Il tasso di interesse è dello 0,5% a valere sulla quota Fondo Regionale e mentre il tasso applicato dall’intermediario bancario/finanziario è definito nell’ambito del rapporto convenzionale con il soggetto gestore.

La durata dell’intervento finanziario va da un minimo di 3 fino a 7 anni, con massimo 2 anni di pre ammortamento.

I contratti di locazione finanziaria devono essere stipulati successivamente alla data della domanda on-line.

Il rimborso dell’intervento finanziario per il co–finanziamento avverrà di norma mediante rate semestrali costanti di capitale e interessi; il rimborso per il leasing di beni strumentali avverrà di norma mediante canoni trimestrali.

Il programma di investimento deve essere avviato dopo la data di presentazione online della domanda (attiva dal 3 ottobre) e comunque non oltre 60 giorni successivi alla data del decreto di concessione dell’intervento finanziario. Il medesimo programma di intervento deve terminare entro i 12 mesi del decreto di concessione dell’intervento finanziario.

La domanda dovrà essere opportunamente validata pena l’inammissibilità , mediante l’apposizione della firma elettronica/digitale da parte del Legale Rappresentante dell’impresa.

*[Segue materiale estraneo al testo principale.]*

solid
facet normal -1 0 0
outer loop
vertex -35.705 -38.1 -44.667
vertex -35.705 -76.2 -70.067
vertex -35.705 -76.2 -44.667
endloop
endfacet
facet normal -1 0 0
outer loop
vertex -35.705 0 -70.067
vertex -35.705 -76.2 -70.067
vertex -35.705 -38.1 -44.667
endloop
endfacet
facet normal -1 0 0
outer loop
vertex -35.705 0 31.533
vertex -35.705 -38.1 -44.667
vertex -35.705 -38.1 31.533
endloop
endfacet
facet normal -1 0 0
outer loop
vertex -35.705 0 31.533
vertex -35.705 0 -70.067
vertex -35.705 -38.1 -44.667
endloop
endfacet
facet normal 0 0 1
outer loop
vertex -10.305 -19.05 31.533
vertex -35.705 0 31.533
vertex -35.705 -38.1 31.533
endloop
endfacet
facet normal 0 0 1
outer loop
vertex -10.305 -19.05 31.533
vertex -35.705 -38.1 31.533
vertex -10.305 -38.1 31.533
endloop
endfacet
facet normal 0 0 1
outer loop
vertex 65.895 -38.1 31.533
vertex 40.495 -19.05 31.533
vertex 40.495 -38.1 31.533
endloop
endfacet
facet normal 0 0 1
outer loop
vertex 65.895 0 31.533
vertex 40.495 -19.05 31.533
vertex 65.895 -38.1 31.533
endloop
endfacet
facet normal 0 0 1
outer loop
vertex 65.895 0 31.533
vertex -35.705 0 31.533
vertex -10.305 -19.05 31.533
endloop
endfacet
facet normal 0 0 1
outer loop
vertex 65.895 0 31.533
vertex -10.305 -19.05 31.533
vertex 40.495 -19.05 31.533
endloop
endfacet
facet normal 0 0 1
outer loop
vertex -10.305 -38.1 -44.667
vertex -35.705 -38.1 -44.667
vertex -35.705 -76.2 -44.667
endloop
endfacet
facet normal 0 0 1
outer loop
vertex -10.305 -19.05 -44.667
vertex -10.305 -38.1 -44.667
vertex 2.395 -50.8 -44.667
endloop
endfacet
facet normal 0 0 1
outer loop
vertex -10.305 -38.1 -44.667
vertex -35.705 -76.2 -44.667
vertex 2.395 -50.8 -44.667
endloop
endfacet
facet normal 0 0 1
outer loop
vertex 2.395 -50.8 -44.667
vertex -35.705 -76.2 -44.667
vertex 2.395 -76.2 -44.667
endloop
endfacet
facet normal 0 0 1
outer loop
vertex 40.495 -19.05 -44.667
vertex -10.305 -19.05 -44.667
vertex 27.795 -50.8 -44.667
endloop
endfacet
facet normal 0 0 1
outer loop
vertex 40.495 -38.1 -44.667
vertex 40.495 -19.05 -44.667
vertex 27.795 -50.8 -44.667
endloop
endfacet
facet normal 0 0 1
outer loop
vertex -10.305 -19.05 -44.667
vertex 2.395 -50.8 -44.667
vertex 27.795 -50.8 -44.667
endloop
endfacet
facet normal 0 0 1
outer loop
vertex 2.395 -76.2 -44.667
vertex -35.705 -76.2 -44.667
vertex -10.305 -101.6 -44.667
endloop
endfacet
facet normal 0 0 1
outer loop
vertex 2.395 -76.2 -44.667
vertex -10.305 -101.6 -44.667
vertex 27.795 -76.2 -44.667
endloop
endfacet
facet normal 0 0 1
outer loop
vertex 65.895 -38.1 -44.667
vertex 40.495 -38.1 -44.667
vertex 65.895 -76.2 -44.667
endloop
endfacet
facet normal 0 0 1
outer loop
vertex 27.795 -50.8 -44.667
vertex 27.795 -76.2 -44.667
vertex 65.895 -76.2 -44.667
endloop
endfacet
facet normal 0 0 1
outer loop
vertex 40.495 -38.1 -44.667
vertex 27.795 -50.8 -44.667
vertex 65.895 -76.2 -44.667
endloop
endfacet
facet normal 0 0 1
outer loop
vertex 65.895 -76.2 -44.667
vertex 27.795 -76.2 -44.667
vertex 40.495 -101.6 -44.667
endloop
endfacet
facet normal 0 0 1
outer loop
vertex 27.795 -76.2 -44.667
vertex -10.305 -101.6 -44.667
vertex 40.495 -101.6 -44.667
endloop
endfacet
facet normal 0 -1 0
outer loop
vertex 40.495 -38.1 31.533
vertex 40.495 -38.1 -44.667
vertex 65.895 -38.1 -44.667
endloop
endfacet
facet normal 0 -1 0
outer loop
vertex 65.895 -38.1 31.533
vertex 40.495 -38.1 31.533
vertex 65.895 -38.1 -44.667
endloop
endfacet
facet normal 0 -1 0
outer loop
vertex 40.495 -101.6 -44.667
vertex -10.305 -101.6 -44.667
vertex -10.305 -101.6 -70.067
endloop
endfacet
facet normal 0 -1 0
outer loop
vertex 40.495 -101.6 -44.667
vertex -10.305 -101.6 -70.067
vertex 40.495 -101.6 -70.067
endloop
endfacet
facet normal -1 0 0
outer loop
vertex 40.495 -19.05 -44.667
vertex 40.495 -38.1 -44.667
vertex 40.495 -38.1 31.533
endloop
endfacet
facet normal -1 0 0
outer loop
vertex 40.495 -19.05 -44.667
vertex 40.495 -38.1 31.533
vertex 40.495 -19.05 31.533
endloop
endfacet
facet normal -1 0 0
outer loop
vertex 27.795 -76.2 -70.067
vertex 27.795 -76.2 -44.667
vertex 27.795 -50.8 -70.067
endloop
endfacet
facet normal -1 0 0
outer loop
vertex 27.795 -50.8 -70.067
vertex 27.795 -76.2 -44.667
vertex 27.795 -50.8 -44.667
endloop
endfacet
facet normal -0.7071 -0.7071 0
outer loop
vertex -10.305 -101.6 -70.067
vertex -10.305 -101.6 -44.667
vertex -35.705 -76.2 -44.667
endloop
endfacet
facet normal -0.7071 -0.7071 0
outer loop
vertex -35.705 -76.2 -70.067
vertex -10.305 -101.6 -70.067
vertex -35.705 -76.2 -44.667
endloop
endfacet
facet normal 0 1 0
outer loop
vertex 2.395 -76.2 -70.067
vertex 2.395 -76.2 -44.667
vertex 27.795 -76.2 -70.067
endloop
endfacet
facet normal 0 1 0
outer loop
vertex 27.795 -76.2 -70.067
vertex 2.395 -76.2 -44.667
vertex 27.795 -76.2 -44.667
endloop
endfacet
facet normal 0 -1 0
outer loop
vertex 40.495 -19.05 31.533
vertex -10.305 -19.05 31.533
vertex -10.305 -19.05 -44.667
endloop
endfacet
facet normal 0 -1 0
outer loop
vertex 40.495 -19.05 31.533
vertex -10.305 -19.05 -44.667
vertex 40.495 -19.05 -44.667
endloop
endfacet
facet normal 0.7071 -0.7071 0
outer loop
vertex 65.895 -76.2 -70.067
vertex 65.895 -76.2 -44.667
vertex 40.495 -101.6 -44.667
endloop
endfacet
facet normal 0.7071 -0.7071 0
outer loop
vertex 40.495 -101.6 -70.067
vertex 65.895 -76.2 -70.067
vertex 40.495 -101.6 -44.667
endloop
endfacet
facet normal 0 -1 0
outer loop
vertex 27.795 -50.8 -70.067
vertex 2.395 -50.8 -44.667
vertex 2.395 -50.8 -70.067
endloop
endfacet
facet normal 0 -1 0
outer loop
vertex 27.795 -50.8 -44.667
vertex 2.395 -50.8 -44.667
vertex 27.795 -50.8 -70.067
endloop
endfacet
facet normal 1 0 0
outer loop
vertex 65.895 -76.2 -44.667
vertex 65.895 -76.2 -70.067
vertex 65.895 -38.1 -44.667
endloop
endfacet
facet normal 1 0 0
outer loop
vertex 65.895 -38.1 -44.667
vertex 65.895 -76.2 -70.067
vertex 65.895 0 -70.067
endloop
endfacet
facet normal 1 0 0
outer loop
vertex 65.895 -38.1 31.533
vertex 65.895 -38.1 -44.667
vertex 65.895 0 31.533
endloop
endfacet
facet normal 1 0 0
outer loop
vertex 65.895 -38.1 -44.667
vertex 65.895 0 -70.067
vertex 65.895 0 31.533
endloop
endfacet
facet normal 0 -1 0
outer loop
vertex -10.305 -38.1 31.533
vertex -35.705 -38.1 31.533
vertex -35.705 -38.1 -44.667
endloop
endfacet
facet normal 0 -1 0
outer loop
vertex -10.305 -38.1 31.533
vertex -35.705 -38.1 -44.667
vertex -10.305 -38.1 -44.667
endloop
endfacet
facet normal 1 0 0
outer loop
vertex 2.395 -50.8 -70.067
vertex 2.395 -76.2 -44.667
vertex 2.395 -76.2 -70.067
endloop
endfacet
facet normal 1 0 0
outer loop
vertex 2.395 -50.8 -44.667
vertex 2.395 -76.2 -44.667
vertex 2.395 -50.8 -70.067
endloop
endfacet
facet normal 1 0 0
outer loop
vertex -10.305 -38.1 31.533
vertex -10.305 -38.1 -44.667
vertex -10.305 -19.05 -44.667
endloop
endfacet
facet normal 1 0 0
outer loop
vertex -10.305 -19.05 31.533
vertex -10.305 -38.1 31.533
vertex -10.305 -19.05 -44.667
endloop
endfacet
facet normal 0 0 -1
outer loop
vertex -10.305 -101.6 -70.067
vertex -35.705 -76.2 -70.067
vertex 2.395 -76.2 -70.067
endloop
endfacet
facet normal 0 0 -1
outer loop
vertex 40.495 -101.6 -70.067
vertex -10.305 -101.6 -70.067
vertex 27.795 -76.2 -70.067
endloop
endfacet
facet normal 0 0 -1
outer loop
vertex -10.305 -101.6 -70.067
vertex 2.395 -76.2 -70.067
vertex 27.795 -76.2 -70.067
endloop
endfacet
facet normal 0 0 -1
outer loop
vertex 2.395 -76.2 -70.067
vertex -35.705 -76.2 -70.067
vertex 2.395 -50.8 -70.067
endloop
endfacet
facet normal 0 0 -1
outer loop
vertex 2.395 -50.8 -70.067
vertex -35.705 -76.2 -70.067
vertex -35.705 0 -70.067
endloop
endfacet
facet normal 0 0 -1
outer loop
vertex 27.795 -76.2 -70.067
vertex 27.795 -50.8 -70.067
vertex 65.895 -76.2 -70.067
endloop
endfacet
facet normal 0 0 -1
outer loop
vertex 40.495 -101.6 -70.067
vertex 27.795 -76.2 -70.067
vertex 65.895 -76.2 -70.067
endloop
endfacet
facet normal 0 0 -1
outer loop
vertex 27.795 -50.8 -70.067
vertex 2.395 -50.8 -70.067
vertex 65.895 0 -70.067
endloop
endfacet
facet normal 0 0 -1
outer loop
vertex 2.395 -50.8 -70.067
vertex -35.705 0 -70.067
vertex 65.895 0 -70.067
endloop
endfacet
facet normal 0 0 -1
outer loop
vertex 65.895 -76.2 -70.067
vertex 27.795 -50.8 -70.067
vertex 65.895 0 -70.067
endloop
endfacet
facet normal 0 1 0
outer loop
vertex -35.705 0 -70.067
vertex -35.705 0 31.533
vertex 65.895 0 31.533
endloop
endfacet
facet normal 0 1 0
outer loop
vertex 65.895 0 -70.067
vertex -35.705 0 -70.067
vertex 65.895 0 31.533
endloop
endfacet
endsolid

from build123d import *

# Parameters (mm, degrees)
F0_W     = 101.6
F0_H     = 101.6
F1_DEPTH = 101.6
F2_W     = 101.6
F2_H     = 76.2
F3_DEPTH = 63.5
F4_W     = 50.8
F4_H     = 19.05
F5_DEPTH = 76.2
F7_DEPTH = 25.4
F8_W     = 25.4
F8_H     = 25.4
F9_DEPTH = 25.4


with BuildPart() as f1:
    # F0 (on Front) → F1 (new body)
    with BuildSketch(Plane.XZ):
        with Locations((15.095475, -19.266974)):
            Rectangle(F0_W, F0_H)
    extrude(amount=F1_DEPTH)

    # F2 (on face) → F3 (cut)
    with BuildSketch(Plane.XZ.offset(101.6)):
        with Locations((15.095475, -6.566974)):
            Rectangle(F2_W, F2_H)
    extrude(amount=-F3_DEPTH, mode=Mode.SUBTRACT)

    # F4 (on face) → F5 (cut)
    with BuildSketch(Plane.XY.offset(31.533026)):
        with Locations((15.095475, -28.575)):
            Rectangle(F4_W, F4_H)
    extrude(amount=-F5_DEPTH, mode=Mode.SUBTRACT)

    # F6 (on face) → F7 (cut)
    with BuildSketch(Plane.XY.offset(-44.666974)):
        Polygon((-35.704525, -76.2), (-35.704525, -101.6), (-10.304525, -101.6), align=None)
        Polygon((65.895475, -76.2), (40.495475, -101.6), (65.895475, -101.6), align=None)
    extrude(amount=-F7_DEPTH, mode=Mode.SUBTRACT)

    # F8 (on face) → F9 (cut)
    with BuildSketch(Plane.XY.offset(-44.666974)):
        with Locations((15.095475, -63.5)):
            Rectangle(F8_W, F8_H)
    extrude(amount=-F9_DEPTH, mode=Mode.SUBTRACT)


solid = f1.part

Inoltre la data di protocollazione della domanda verrà generata solo successivamente al pagamento del bollo virtuale (tramite carta di credito).

Le tempistiche sono le seguenti:
a) istruttoria formale di 30 giorni finalizzata a verificare la sussistenza dei requisiti effettuata dall’ Ente Gestore;
b) istruttoria economica finanziaria entro 60 giorni dalla data di chiusura dell’istruttoria formale;
c) istruttoria dell’intermediario convenzionato entro 60 giorni dalla data di chiusura dell’istruttoria formale.

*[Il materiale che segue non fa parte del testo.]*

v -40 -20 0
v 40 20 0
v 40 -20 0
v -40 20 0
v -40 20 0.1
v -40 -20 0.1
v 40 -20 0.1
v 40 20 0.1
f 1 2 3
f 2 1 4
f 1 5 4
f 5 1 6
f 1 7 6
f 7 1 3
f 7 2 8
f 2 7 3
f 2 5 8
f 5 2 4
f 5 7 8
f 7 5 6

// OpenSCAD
// file: ../p/box5-12.scad
use <../lib.scad>
function ldraw_lib__box5_12() = [
// 0 Box with 5 Faces without Any Edges
// 0 Name: box5-12.dat
// 0 Author: Chris Dee [cwdee]
// 0 !LDRAW_ORG Primitive UPDATE 2009-02
// 0 !LICENSE Licensed under CC BY 2.0 and CC BY 4.0 : see CAreadme.txt
// 
// 0 BFC CERTIFY CCW
  [0,"BFC","CERTIFY"],
  [0,"BFC","CCW"],
// 
// 0 !HISTORY 2009-09-03 [PTadmin] Official Update 2009-02
// 
// 
// 4 16 1 1 1 1 1 -1 -1 1 -1 -1 1 1
  [4,16,1,1,1,1,1,-1,-1,1,-1,-1,1,1],
// 4 16 -1 0 1 1 0 1 1 1 1 -1 1 1
  [4,16,-1,0,1,1,0,1,1,1,1,-1,1,1],
// 4 16 -1 0 -1 -1 0 1 -1 1 1 -1 1 -1
  [4,16,-1,0,-1,-1,0,1,-1,1,1,-1,1,-1],
// 4 16 1 0 -1 -1 0 -1 -1 1 -1 1 1 -1
  [4,16,1,0,-1,-1,0,-1,-1,1,-1,1,1,-1],
// 4 16 1 0 1 1 0 -1 1 1 -1 1 1 1
  [4,16,1,0,1,1,0,-1,1,1,-1,1,1,1],
// 0
];
makepoly(ldraw_lib__box5_12(), line=0.2);
// main file
use <../lib.scad>
use <../p/box5-12.scad>
function ldraw_lib__6204380a() = [
// 0 Sticker  5 x 10 with UCS BB-8
// 0 Name: 6204380a.dat
// 0 Author: Vincent Messenet [Cheenzo]
// 0 !LDRAW_ORG Part UPDATE 2022-02
// 0 !LICENSE Licensed under CC BY 2.0 and CC BY 4.0 : see CAreadme.txt
// 
// 0 BFC CERTIFY CCW
  [0,"BFC","CERTIFY"],
  [0,"BFC","CCW"],
// 
// 0 !HISTORY 2022-03-06 [PTadmin] Official Update 2022-02
// 
// 
// 1 16 0 -0.25 0 0 0 -100 0 0.25 0 50 0 0 box5-12.dat
  [1,16,0,-0.25,0,0,0,-100,0,0.25,0,50,0,0, ldraw_lib__box5_12()],
// 0 !TEXMAP START PLANAR -100 -0.25 50 100 -0.25 50 -100 -0.25 -50 6204380a.png
// 0 !: 4 0 -100 -0.25 50 -100 -0.25 -50 100 -0.25 -50 100 -0.25 50
// 0 !TEXMAP FALLBACK
// 0 // Needs Work: fallback pattern
// 4 0 -100 -0.25 50 -100 -0.25 -50 100 -0.25 -50 100 -0.25 50
  [4,0,-100,-0.25,50,-100,-0.25,-50,100,-0.25,-50,100,-0.25,50],
// 0 !TEXMAP END
];
makepoly(ldraw_lib__6204380a(), line=0.2);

L’erogazione dell’intervento finanziario (quota fondo regionale) può essere effettuata, a scelta del beneficiario, in massimo 2 tranches:
1) unica tranche a saldo, a conclusione del programma di investimento, entro 60 giorni di protocollo della domanda di erogazione che dovrà pervenire entro 60 giorni dalla data di conclusione del programma di investimento previa verifica dei seguenti requisiti:
a) realizzazione di almeno il 70% del programma di investimento;
b) copia delle fatture quietanzate .
2) due tranches. La prima sarà erogata a titolo di avanzamento lavori per un importo pari al 40% dell’intervento finanziario concesso, entro 60 giorni dalla data di domanda di erogazione. La ditta deve rendicontare almeno il 40% dell’investimento ammesso tramite presentazione di fatture quietanzate. La prima tranche potrà altresì essere richiesta anche a titolo di anticipazione finanziaria previa acquisizione e verifica da parte dell’ente gestore.

La seconda tranches a saldo verrà erogata a conclusione del programma di investimento entro 60 giorni di calendario decorrenti dalla data di protocollo della domanda di erogazione che dovrà pervenire all’Ente entro 60 giorni dalla data di conclusione del programma di investimento. L’ente verificherà:
a) la realizzazione di almeno il 70% del programma di investimento ;
b) copia delle fatture quietanzate .

L’erogazione dell’intervento finanziario (quota fondo regionale) avverrà in un’unica soluzione a favore della società di leasing convenzionata con il Soggetto Gestore previa verifica da parte di quest’ultimo di realizzazione di almeno il 70% del programma di investimento e copia delle fatture quietanzate.